[Saved data entries]
# # # #

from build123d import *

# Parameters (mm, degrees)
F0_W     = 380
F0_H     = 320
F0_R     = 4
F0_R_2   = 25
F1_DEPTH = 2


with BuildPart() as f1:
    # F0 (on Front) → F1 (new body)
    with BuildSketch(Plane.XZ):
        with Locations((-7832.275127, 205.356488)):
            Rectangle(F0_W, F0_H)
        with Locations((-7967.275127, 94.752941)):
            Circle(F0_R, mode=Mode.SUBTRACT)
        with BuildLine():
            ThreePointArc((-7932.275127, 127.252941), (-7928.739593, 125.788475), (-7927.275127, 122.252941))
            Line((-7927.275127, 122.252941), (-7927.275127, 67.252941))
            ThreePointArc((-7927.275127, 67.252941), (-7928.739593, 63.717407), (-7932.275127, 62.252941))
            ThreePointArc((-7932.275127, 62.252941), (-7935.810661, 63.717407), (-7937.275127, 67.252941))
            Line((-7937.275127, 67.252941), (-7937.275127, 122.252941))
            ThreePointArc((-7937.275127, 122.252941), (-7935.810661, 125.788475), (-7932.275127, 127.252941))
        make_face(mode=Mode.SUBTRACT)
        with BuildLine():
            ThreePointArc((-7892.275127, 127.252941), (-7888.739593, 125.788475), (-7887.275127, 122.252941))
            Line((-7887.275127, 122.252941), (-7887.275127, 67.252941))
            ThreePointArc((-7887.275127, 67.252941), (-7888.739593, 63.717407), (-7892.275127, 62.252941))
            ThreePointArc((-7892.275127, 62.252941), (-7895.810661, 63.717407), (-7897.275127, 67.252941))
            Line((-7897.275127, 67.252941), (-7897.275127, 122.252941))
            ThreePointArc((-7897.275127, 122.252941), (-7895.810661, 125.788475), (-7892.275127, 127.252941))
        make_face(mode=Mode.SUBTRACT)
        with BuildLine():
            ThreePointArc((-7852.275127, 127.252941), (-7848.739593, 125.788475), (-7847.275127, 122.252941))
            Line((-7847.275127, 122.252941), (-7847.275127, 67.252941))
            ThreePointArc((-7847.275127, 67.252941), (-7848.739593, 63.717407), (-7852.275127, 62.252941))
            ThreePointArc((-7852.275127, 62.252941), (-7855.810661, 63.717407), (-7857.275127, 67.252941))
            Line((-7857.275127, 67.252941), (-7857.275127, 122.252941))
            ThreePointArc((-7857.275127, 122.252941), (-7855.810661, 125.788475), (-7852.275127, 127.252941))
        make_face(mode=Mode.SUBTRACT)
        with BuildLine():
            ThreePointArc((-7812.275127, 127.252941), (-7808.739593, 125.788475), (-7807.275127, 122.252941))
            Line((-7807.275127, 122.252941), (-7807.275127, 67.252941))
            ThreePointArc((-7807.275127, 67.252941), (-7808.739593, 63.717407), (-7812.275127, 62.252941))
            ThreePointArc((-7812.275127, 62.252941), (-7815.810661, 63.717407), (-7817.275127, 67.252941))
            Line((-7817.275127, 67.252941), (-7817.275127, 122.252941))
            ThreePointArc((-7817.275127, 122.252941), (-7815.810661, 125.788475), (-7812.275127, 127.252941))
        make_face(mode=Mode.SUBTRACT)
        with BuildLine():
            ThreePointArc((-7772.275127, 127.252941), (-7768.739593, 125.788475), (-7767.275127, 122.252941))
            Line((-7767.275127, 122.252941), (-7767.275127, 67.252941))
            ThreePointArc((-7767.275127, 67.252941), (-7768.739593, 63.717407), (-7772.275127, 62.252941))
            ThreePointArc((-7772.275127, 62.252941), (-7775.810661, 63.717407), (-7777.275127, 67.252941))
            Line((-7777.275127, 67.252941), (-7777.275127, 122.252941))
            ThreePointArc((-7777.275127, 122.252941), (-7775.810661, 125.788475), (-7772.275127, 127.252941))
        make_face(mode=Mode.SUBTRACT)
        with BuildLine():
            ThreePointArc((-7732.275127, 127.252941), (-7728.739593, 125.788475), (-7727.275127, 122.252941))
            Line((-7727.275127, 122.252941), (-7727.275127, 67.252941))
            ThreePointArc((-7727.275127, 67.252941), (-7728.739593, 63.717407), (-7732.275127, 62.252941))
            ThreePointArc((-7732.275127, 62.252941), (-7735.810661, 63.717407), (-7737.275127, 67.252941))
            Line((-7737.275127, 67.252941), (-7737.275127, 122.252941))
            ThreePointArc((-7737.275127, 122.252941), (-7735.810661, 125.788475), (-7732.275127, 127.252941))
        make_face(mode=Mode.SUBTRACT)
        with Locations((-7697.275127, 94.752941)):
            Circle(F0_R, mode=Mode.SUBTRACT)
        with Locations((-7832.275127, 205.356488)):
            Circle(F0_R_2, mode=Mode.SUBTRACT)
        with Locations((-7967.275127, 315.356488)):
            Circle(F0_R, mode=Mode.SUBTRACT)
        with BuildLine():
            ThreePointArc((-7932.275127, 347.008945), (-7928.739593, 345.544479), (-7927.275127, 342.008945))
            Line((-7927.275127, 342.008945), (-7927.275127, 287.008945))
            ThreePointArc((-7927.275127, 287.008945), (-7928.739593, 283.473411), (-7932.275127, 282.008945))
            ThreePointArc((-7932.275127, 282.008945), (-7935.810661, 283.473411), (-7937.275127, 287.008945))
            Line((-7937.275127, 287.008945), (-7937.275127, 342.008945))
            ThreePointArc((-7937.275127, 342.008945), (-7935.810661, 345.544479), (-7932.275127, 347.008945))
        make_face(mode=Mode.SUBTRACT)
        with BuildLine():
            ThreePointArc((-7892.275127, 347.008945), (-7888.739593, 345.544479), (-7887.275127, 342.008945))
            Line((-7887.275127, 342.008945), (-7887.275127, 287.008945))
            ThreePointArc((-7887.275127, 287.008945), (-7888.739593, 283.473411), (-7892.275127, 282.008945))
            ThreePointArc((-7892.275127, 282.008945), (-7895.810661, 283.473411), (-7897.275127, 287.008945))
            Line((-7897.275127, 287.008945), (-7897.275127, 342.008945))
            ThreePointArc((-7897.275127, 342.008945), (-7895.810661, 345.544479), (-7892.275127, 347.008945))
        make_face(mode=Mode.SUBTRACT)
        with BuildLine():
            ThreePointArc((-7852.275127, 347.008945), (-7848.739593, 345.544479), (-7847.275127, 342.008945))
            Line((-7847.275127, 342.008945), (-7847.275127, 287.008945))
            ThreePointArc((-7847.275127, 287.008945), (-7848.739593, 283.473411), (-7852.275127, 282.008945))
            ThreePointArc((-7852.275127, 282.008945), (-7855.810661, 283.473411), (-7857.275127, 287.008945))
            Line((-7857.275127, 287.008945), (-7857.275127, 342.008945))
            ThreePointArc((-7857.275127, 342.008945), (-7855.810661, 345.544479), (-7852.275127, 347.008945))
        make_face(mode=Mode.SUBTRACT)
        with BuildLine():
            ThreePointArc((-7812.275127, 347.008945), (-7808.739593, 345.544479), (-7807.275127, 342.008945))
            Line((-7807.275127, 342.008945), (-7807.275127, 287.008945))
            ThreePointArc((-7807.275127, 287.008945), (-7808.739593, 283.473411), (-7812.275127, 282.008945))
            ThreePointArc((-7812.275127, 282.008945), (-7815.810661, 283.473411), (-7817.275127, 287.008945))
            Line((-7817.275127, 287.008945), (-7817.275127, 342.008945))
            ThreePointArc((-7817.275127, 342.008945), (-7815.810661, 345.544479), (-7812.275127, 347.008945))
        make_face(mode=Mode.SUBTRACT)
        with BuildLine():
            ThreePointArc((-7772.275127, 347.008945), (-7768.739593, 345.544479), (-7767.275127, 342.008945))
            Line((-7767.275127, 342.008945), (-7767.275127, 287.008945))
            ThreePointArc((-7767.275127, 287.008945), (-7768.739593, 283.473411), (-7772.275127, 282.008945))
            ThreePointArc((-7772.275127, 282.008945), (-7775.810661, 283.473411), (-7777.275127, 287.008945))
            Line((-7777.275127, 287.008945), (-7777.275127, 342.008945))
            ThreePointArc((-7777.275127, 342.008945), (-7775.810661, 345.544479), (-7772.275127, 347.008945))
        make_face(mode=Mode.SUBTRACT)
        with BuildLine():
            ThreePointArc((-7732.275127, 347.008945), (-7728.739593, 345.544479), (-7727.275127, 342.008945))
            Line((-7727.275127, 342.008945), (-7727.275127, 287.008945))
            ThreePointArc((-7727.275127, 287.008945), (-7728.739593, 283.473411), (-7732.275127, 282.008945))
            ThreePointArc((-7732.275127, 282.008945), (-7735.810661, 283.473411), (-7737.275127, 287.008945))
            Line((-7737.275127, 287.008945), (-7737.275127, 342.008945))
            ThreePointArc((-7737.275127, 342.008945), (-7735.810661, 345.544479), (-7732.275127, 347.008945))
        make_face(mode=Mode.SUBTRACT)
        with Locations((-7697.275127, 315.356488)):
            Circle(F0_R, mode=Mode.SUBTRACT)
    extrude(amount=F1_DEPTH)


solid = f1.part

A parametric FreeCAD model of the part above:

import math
import FreeCAD as App
import Part
import Sketcher
from FreeCAD import Vector

doc = App.newDocument("Part")
params = doc.addObject("Spreadsheet::Sheet", "Params")
for row, (alias, value) in enumerate([
    ("sketch1_diameter", "8 mm"),
    ("sketch1_diameter2", "50 mm"),
    ("sketch1_radius", "5 mm"),
    ("sketch1_width", "380 mm"),
    ("sketch1_height", "320 mm"),
    ("pad1_length", "2 mm"),
], start=1):
    params.set(f"A{row}", alias)
    params.set(f"B{row}", "=" + value)
    params.setAlias(f"B{row}", alias)

body = doc.addObject("PartDesign::Body", "Body")

sketch1 = body.newObject("Sketcher::SketchObject", "Sketch")
sketch1.AttachmentSupport = (doc.getObject("XZ_Plane"), [""])
sketch1.MapMode = "FlatFace"
sketch1.addGeometry(Part.LineSegment(Vector(-8022.3, 365.4, 0), Vector(-8022.3, 45.4, 0)), False)
sketch1.addGeometry(Part.LineSegment(Vector(-8022.3, 45.4, 0), Vector(-7642.3, 45.4, 0)), False)
sketch1.addGeometry(Part.LineSegment(Vector(-7642.3, 45.4, 0), Vector(-7642.3, 365.4, 0)), False)
sketch1.addGeometry(Part.LineSegment(Vector(-7642.3, 365.4, 0), Vector(-8022.3, 365.4, 0)), False)
sketch1.addGeometry(Part.Circle(Vector(-7967.3, 94.8, 0), Vector(0, 0, 1), 4), False)
sketch1.addGeometry(Part.ArcOfCircle(Part.Circle(Vector(-7932.3, 122.3, 0), Vector(0, 0, 1), 5), math.radians(90), math.radians(180)), False)
sketch1.addGeometry(Part.ArcOfCircle(Part.Circle(Vector(-7932.3, 122.3, 0), Vector(0, 0, 1), 5), math.radians(0), math.radians(90)), False)
sketch1.addGeometry(Part.LineSegment(Vector(-7927.3, 122.3, 0), Vector(-7927.3, 67.3, 0)), False)
sketch1.addGeometry(Part.ArcOfCircle(Part.Circle(Vector(-7932.3, 67.3, 0), Vector(0, 0, 1), 5), math.radians(-90), math.radians(0)), False)
sketch1.addGeometry(Part.ArcOfCircle(Part.Circle(Vector(-7932.3, 67.3, 0), Vector(0, 0, 1), 5), math.radians(180), math.radians(270)), False)
sketch1.addGeometry(Part.LineSegment(Vector(-7937.3, 67.3, 0), Vector(-7937.3, 122.3, 0)), False)
sketch1.addGeometry(Part.ArcOfCircle(Part.Circle(Vector(-7892.3, 122.3, 0), Vector(0, 0, 1), 5), math.radians(90), math.radians(180)), False)
sketch1.addGeometry(Part.ArcOfCircle(Part.Circle(Vector(-7892.3, 122.3, 0), Vector(0, 0, 1), 5), math.radians(0), math.radians(90)), False)
sketch1.addGeometry(Part.LineSegment(Vector(-7887.3, 122.3, 0), Vector(-7887.3, 67.3, 0)), False)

# # # #

- _How to complete this task_: Look through the entries above and report the number of lines that contain "Locations". Write only the number.

- _Your solution_: 6